Exercise details:
Each line shown below should be copied exactly.

Data provided:

◆ ◆ ◆ ◆ ◆ ◆ ◆

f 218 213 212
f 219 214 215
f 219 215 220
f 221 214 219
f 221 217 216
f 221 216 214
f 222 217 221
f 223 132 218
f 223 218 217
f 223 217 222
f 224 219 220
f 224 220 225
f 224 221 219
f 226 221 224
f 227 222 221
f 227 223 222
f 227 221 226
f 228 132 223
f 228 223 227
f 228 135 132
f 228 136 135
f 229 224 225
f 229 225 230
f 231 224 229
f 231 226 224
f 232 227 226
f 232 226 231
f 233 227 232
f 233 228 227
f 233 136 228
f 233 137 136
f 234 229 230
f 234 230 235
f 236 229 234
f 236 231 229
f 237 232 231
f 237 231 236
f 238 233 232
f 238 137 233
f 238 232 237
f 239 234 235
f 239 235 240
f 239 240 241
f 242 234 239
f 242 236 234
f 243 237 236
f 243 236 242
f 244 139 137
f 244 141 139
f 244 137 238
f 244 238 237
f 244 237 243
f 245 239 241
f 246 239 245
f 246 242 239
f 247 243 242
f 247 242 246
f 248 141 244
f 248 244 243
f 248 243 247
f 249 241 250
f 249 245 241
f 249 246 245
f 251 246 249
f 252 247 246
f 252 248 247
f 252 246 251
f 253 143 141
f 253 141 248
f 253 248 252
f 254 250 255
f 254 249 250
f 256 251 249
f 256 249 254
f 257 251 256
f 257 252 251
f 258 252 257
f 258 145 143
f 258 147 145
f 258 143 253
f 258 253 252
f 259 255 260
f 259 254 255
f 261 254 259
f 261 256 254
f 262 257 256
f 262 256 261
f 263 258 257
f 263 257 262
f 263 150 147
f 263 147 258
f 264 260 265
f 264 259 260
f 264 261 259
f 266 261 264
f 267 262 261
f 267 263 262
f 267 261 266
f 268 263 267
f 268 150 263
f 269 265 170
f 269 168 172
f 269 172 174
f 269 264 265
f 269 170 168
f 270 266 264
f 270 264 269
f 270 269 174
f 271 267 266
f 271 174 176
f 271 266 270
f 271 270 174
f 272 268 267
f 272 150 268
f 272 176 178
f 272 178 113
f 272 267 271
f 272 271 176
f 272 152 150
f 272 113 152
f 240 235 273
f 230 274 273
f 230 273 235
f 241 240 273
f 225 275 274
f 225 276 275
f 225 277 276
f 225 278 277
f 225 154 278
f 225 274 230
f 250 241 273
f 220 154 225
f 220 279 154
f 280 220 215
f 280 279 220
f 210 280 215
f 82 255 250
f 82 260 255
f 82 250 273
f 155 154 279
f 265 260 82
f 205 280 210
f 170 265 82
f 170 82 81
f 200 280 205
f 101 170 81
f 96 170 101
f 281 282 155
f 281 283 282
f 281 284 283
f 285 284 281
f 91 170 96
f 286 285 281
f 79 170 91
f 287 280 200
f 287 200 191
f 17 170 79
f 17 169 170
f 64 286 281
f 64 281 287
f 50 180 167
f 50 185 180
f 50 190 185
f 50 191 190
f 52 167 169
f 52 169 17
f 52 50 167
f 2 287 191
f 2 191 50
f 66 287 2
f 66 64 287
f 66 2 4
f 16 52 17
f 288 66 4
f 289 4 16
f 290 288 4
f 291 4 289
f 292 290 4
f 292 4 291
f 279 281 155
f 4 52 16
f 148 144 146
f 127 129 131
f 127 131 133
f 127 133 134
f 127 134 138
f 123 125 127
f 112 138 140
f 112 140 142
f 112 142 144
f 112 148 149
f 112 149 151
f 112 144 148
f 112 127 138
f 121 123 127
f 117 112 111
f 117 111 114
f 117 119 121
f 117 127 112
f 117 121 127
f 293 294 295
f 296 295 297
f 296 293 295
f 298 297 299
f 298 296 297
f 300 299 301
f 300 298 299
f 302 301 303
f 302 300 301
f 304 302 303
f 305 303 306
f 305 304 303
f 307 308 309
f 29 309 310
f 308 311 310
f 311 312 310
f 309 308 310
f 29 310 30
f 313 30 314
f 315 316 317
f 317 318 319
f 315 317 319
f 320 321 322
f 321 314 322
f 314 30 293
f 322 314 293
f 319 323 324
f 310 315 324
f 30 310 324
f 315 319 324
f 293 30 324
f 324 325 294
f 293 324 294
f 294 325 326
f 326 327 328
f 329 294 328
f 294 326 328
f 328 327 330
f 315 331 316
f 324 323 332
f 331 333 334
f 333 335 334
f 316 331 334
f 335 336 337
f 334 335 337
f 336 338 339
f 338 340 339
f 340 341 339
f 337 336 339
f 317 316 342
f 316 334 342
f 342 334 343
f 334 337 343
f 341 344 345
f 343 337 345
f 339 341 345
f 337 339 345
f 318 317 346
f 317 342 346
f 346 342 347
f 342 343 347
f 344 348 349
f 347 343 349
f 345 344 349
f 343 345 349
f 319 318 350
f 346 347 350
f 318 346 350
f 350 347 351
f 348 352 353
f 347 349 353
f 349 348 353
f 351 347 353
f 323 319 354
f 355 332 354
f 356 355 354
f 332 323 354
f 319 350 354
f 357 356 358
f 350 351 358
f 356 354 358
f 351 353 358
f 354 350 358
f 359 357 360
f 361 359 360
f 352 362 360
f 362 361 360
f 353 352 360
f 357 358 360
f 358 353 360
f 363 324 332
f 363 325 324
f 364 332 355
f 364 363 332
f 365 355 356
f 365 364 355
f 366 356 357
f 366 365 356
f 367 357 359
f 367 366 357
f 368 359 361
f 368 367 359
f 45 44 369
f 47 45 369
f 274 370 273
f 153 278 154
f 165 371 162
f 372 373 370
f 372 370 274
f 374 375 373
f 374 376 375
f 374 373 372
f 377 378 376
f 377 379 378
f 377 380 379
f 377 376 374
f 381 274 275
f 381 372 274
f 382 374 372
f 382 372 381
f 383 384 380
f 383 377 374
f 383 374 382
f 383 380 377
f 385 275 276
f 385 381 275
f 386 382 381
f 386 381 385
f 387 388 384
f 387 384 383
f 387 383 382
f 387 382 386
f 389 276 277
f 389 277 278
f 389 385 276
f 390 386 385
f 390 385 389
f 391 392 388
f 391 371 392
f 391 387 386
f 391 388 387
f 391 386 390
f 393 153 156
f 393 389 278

◆ ◆ ◆ ◆ ◆ ◆ ◆

Response:
f 218 213 212
f 219 214 215
f 219 215 220
f 221 214 219
f 221 217 216
f 221 216 214
f 222 217 221
f 223 132 218
f 223 218 217
f 223 217 222
f 224 219 220
f 224 220 225
f 224 221 219
f 226 221 224
f 227 222 221
f 227 223 222
f 227 221 226
f 228 132 223
f 228 223 227
f 228 135 132
f 228 136 135
f 229 224 225
f 229 225 230
f 231 224 229
f 231 226 224
f 232 227 226
f 232 226 231
f 233 227 232
f 233 228 227
f 233 136 228
f 233 137 136
f 234 229 230
f 234 230 235
f 236 229 234
f 236 231 229
f 237 232 231
f 237 231 236
f 238 233 232
f 238 137 233
f 238 232 237
f 239 234 235
f 239 235 240
f 239 240 241
f 242 234 239
f 242 236 234
f 243 237 236
f 243 236 242
f 244 139 137
f 244 141 139
f 244 137 238
f 244 238 237
f 244 237 243
f 245 239 241
f 246 239 245
f 246 242 239
f 247 243 242
f 247 242 246
f 248 141 244
f 248 244 243
f 248 243 247
f 249 241 250
f 249 245 241
f 249 246 245
f 251 246 249
f 252 247 246
f 252 248 247
f 252 246 251
f 253 143 141
f 253 141 248
f 253 248 252
f 254 250 255
f 254 249 250
f 256 251 249
f 256 249 254
f 257 251 256
f 257 252 251
f 258 252 257
f 258 145 143
f 258 147 145
f 258 143 253
f 258 253 252
f 259 255 260
f 259 254 255
f 261 254 259
f 261 256 254
f 262 257 256
f 262 256 261
f 263 258 257
f 263 257 262
f 263 150 147
f 263 147 258
f 264 260 265
f 264 259 260
f 264 261 259
f 266 261 264
f 267 262 261
f 267 263 262
f 267 261 266
f 268 263 267
f 268 150 263
f 269 265 170
f 269 168 172
f 269 172 174
f 269 264 265
f 269 170 168
f 270 266 264
f 270 264 269
f 270 269 174
f 271 267 266
f 271 174 176
f 271 266 270
f 271 270 174
f 272 268 267
f 272 150 268
f 272 176 178
f 272 178 113
f 272 267 271
f 272 271 176
f 272 152 150
f 272 113 152
f 240 235 273
f 230 274 273
f 230 273 235
f 241 240 273
f 225 275 274
f 225 276 275
f 225 277 276
f 225 278 277
f 225 154 278
f 225 274 230
f 250 241 273
f 220 154 225
f 220 279 154
f 280 220 215
f 280 279 220
f 210 280 215
f 82 255 250
f 82 260 255
f 82 250 273
f 155 154 279
f 265 260 82
f 205 280 210
f 170 265 82
f 170 82 81
f 200 280 205
f 101 170 81
f 96 170 101
f 281 282 155
f 281 283 282
f 281 284 283
f 285 284 281
f 91 170 96
f 286 285 281
f 79 170 91
f 287 280 200
f 287 200 191
f 17 170 79
f 17 169 170
f 64 286 281
f 64 281 287
f 50 180 167
f 50 185 180
f 50 190 185
f 50 191 190
f 52 167 169
f 52 169 17
f 52 50 167
f 2 287 191
f 2 191 50
f 66 287 2
f 66 64 287
f 66 2 4
f 16 52 17
f 288 66 4
f 289 4 16
f 290 288 4
f 291 4 289
f 292 290 4
f 292 4 291
f 279 281 155
f 4 52 16
f 148 144 146
f 127 129 131
f 127 131 133
f 127 133 134
f 127 134 138
f 123 125 127
f 112 138 140
f 112 140 142
f 112 142 144
f 112 148 149
f 112 149 151
f 112 144 148
f 112 127 138
f 121 123 127
f 117 112 111
f 117 111 114
f 117 119 121
f 117 127 112
f 117 121 127
f 293 294 295
f 296 295 297
f 296 293 295
f 298 297 299
f 298 296 297
f 300 299 301
f 300 298 299
f 302 301 303
f 302 300 301
f 304 302 303
f 305 303 306
f 305 304 303
f 307 308 309
f 29 309 310
f 308 311 310
f 311 312 310
f 309 308 310
f 29 310 30
f 313 30 314
f 315 316 317
f 317 318 319
f 315 317 319
f 320 321 322
f 321 314 322
f 314 30 293
f 322 314 293
f 319 323 324
f 310 315 324
f 30 310 324
f 315 319 324
f 293 30 324
f 324 325 294
f 293 324 294
f 294 325 326
f 326 327 328
f 329 294 328
f 294 326 328
f 328 327 330
f 315 331 316
f 324 323 332
f 331 333 334
f 333 335 334
f 316 331 334
f 335 336 337
f 334 335 337
f 336 338 339
f 338 340 339
f 340 341 339
f 337 336 339
f 317 316 342
f 316 334 342
f 342 334 343
f 334 337 343
f 341 344 345
f 343 337 345
f 339 341 345
f 337 339 345
f 318 317 346
f 317 342 346
f 346 342 347
f 342 343 347
f 344 348 349
f 347 343 349
f 345 344 349
f 343 345 349
f 319 318 350
f 346 347 350
f 318 346 350
f 350 347 351
f 348 352 353
f 347 349 353
f 349 348 353
f 351 347 353
f 323 319 354
f 355 332 354
f 356 355 354
f 332 323 354
f 319 350 354
f 357 356 358
f 350 351 358
f 356 354 358
f 351 353 358
f 354 350 358
f 359 357 360
f 361 359 360
f 352 362 360
f 362 361 360
f 353 352 360
f 357 358 360
f 358 353 360
f 363 324 332
f 363 325 324
f 364 332 355
f 364 363 332
f 365 355 356
f 365 364 355
f 366 356 357
f 366 365 356
f 367 357 359
f 367 366 357
f 368 359 361
f 368 367 359
f 45 44 369
f 47 45 369
f 274 370 273
f 153 278 154
f 165 371 162
f 372 373 370
f 372 370 274
f 374 375 373
f 374 376 375
f 374 373 372
f 377 378 376
f 377 379 378
f 377 380 379
f 377 376 374
f 381 274 275
f 381 372 274
f 382 374 372
f 382 372 381
f 383 384 380
f 383 377 374
f 383 374 382
f 383 380 377
f 385 275 276
f 385 381 275
f 386 382 381
f 386 381 385
f 387 388 384
f 387 384 383
f 387 383 382
f 387 382 386
f 389 276 277
f 389 277 278
f 389 385 276
f 390 386 385
f 390 385 389
f 391 392 388
f 391 371 392
f 391 387 386
f 391 388 387
f 391 386 390
f 393 153 156
f 393 389 278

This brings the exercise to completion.